(Stored items)
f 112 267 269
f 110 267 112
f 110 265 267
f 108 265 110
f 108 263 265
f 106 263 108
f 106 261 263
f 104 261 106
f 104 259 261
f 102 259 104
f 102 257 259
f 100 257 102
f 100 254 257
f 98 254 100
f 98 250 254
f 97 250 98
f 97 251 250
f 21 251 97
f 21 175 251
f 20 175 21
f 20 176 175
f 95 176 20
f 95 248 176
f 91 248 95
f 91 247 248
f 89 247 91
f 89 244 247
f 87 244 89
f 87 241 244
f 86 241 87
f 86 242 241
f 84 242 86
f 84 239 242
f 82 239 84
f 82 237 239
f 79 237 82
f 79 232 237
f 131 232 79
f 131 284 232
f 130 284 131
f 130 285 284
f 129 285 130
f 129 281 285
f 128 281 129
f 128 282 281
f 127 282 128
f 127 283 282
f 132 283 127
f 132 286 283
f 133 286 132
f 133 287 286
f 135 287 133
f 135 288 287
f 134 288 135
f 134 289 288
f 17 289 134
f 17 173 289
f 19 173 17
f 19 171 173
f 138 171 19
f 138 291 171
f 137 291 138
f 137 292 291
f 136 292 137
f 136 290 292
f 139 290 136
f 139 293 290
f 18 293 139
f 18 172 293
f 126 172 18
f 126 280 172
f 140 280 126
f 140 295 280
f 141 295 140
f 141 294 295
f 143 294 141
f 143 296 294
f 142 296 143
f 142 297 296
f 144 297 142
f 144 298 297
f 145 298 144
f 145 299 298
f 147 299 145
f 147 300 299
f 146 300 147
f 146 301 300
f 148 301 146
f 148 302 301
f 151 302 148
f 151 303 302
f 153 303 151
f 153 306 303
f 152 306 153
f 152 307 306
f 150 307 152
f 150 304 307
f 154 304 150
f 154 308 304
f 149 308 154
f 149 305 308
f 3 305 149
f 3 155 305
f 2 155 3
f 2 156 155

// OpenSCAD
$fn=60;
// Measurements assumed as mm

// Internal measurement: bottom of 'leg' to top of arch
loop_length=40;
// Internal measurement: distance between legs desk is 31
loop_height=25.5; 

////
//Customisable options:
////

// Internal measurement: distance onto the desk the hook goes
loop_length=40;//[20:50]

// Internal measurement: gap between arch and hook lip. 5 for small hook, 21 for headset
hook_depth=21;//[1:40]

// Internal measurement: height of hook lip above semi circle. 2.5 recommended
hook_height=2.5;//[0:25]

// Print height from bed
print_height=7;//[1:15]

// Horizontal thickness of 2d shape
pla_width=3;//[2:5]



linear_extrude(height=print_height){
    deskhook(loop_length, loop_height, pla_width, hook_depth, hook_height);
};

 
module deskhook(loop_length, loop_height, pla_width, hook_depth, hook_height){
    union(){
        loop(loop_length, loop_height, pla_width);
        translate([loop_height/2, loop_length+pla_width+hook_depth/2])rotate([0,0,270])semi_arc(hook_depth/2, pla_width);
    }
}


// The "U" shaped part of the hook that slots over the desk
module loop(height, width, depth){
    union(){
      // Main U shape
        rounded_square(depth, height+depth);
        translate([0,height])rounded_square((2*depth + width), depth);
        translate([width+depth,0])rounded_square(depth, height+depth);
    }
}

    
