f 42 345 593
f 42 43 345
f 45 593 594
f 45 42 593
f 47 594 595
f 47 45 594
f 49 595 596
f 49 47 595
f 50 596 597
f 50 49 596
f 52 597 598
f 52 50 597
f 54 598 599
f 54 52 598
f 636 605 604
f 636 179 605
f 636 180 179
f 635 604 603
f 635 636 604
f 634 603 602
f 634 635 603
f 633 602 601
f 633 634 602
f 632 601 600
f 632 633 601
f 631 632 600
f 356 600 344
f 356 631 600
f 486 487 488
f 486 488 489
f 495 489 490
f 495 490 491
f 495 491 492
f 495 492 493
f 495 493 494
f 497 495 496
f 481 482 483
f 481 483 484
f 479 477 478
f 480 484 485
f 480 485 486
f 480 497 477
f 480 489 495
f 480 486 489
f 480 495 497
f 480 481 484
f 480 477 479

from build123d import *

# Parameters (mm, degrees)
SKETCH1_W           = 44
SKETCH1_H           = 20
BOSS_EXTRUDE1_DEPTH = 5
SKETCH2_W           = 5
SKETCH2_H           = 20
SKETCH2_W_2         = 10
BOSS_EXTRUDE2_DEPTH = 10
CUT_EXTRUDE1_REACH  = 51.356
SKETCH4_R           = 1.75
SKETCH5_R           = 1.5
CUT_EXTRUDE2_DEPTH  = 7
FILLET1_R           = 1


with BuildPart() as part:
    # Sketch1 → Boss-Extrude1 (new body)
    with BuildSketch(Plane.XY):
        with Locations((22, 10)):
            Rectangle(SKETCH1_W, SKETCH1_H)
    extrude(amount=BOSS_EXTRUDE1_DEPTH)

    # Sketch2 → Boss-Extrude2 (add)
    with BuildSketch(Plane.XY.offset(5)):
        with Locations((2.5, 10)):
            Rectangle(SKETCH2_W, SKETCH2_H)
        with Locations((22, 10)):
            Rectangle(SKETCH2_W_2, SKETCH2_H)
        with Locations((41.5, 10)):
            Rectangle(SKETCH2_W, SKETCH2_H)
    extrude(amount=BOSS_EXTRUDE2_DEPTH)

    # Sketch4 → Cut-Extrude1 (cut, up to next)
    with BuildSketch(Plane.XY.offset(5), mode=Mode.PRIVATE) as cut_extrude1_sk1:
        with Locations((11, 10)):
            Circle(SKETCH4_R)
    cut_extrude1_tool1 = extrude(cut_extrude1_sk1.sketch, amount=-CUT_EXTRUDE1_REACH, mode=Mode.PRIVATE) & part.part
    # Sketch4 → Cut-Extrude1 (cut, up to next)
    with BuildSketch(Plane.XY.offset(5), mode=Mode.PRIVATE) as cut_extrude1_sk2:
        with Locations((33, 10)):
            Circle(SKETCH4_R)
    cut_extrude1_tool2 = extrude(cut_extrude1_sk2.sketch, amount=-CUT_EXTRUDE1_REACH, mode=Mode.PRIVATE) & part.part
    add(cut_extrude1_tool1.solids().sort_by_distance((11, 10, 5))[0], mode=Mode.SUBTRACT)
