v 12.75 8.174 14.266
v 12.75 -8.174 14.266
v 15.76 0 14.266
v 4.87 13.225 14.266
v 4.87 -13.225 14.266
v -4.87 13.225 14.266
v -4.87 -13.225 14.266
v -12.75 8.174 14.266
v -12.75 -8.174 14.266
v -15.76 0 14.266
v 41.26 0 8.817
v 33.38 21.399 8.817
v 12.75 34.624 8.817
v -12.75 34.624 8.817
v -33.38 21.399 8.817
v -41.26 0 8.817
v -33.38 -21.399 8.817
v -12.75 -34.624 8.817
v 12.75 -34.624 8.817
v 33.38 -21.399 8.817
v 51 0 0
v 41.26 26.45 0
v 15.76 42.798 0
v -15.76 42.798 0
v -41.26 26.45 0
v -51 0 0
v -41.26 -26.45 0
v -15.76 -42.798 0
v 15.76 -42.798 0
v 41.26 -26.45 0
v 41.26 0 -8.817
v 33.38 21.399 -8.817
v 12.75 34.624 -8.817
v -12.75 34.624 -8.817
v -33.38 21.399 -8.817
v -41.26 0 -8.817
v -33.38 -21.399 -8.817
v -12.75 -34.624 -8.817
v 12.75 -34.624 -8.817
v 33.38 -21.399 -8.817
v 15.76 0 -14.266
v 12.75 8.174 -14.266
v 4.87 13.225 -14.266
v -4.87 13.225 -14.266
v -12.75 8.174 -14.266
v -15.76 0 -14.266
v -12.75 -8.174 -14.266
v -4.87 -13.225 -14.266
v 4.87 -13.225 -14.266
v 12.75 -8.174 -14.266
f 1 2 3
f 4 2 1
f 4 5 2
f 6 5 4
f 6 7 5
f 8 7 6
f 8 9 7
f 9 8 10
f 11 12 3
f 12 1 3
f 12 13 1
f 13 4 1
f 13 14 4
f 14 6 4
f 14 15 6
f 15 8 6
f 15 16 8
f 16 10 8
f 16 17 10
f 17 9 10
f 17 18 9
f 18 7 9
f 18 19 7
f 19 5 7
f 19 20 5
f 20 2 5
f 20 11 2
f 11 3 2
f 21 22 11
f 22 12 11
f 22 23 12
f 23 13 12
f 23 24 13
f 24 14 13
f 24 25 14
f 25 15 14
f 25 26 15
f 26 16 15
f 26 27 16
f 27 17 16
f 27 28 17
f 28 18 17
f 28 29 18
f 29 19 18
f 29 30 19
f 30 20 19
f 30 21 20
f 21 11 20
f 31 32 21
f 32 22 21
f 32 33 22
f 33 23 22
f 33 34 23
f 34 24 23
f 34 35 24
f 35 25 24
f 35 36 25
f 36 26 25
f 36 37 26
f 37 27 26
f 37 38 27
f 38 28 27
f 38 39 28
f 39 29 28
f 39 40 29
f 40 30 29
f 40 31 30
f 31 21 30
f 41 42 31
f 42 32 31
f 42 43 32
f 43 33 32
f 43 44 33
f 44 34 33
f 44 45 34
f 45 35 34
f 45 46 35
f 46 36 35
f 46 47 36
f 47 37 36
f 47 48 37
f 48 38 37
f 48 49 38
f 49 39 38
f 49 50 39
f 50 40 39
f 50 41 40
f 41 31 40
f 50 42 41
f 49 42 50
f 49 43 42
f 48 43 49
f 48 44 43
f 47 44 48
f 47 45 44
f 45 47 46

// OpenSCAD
// Generated by SolidPython 1.0.1 on 2020-07-29 00:46:53


scale(v = [17, 15, 5]) {
	sphere(r = 3);
}
/***********************************************
*********      SolidPython code:      **********
************************************************
 
# import packages: SolidPython
from solid import *
from solid.utils import *
from itertools import chain, combinations, permutations


class Resize:

    def __init__(self, scad_file):
        self.scad_file = scad_file
        #self.scad_file = import_scad(scad_file)
        # cone/cylinder param:
        self.r1 = 0
        self.r2 = 0
        self.h = 0
        # rectangular prism param:
        self.w = 0
        self.l = 0
        # ellipse param:
        self.r = 0

    # import OpenScad code (file name corresponds to shape)


    # classify shape + parameters
    def assign(self, param1, param2, param3):
        if self.scad_file == 'cone.scad':
            self.r1 = param1
            self.r2 = param2
            self.h = param3
        elif self.scad_file == 'cylinder.scad':
            self.r1 = param1
            self.r2 = param2
            self.h = param3
        elif self.scad_file == 'rectangularPrism.scad':
            self.h = param1
            self.l = param2
            self.w = param3
        else:
            self.r = param1
            self.h = param2

    # resize parameters
    def iterate(self):
        x = range(3, 20, 2)
        i = 1
        if self.scad_file == 'cone.scad':
            tempList = list(permutations(x, 2))
            for temp in tempList:
                param1 = temp[0]
                param2 = temp[1]
                filepath = 'produced_scad_files/' + 'cone' + str(param1) + '_' + str(param2) + '_' + '.scad'
                scad_render_to_file(cylinder(h=param1, r1=param2, r2=0), filepath)

        elif self.scad_file == 'cylinder.scad':
            tempList = list(permutations(x, 3))
            for temp in tempList:
                param1 = temp[0]
                param2 = temp[1]
                filepath = 'produced_scad_files/' + 'cylinder' + str(param1) + '_' + str(param2) + '_' + '.scad'
                scad_render_to_file(cylinder(h=param1, r1=param2, r2=param2), filepath)

        elif self.scad_file == 'rectangularPrism.scad':
            tempList = list(permutations(x, 3))
            for temp in tempList:
                param1 = temp[0]
                param2 = temp[1]
                param3 = temp[2]
                filepath = 'produced_scad_files/' + 'rectangularPrism' + str(param1) + '_' + str(param2) + '_' + str(
                    param3) + '.scad'
                scad_render_to_file(cube(size=(param1, param2, param3)), filepath)

        elif self.scad_file == 'ellipse.scad':
            tempList = list(permutations(x, 4))
            for temp in tempList:
                param1 = temp[0]
                param2 = temp[1]
                param3 = temp[2]
                param4 = temp[3]
                filepath = 'produced_scad_files/' + 'ellipse' + str(param1) + '_' + str(param2) + '_' + str(param3) + '_' + str(param4) + '.scad'
                scad_render_to_file(scale([param1, param2, param3])(sphere(r=param4)), filepath)

    def render_to_scadfile(self):
        scad_render_to_file(scad, 'example.scad') 
 
************************************************/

■ Your instructions: Determine how many lines in the data include the word "arch". Answer with that number alone.

■ Your response: 2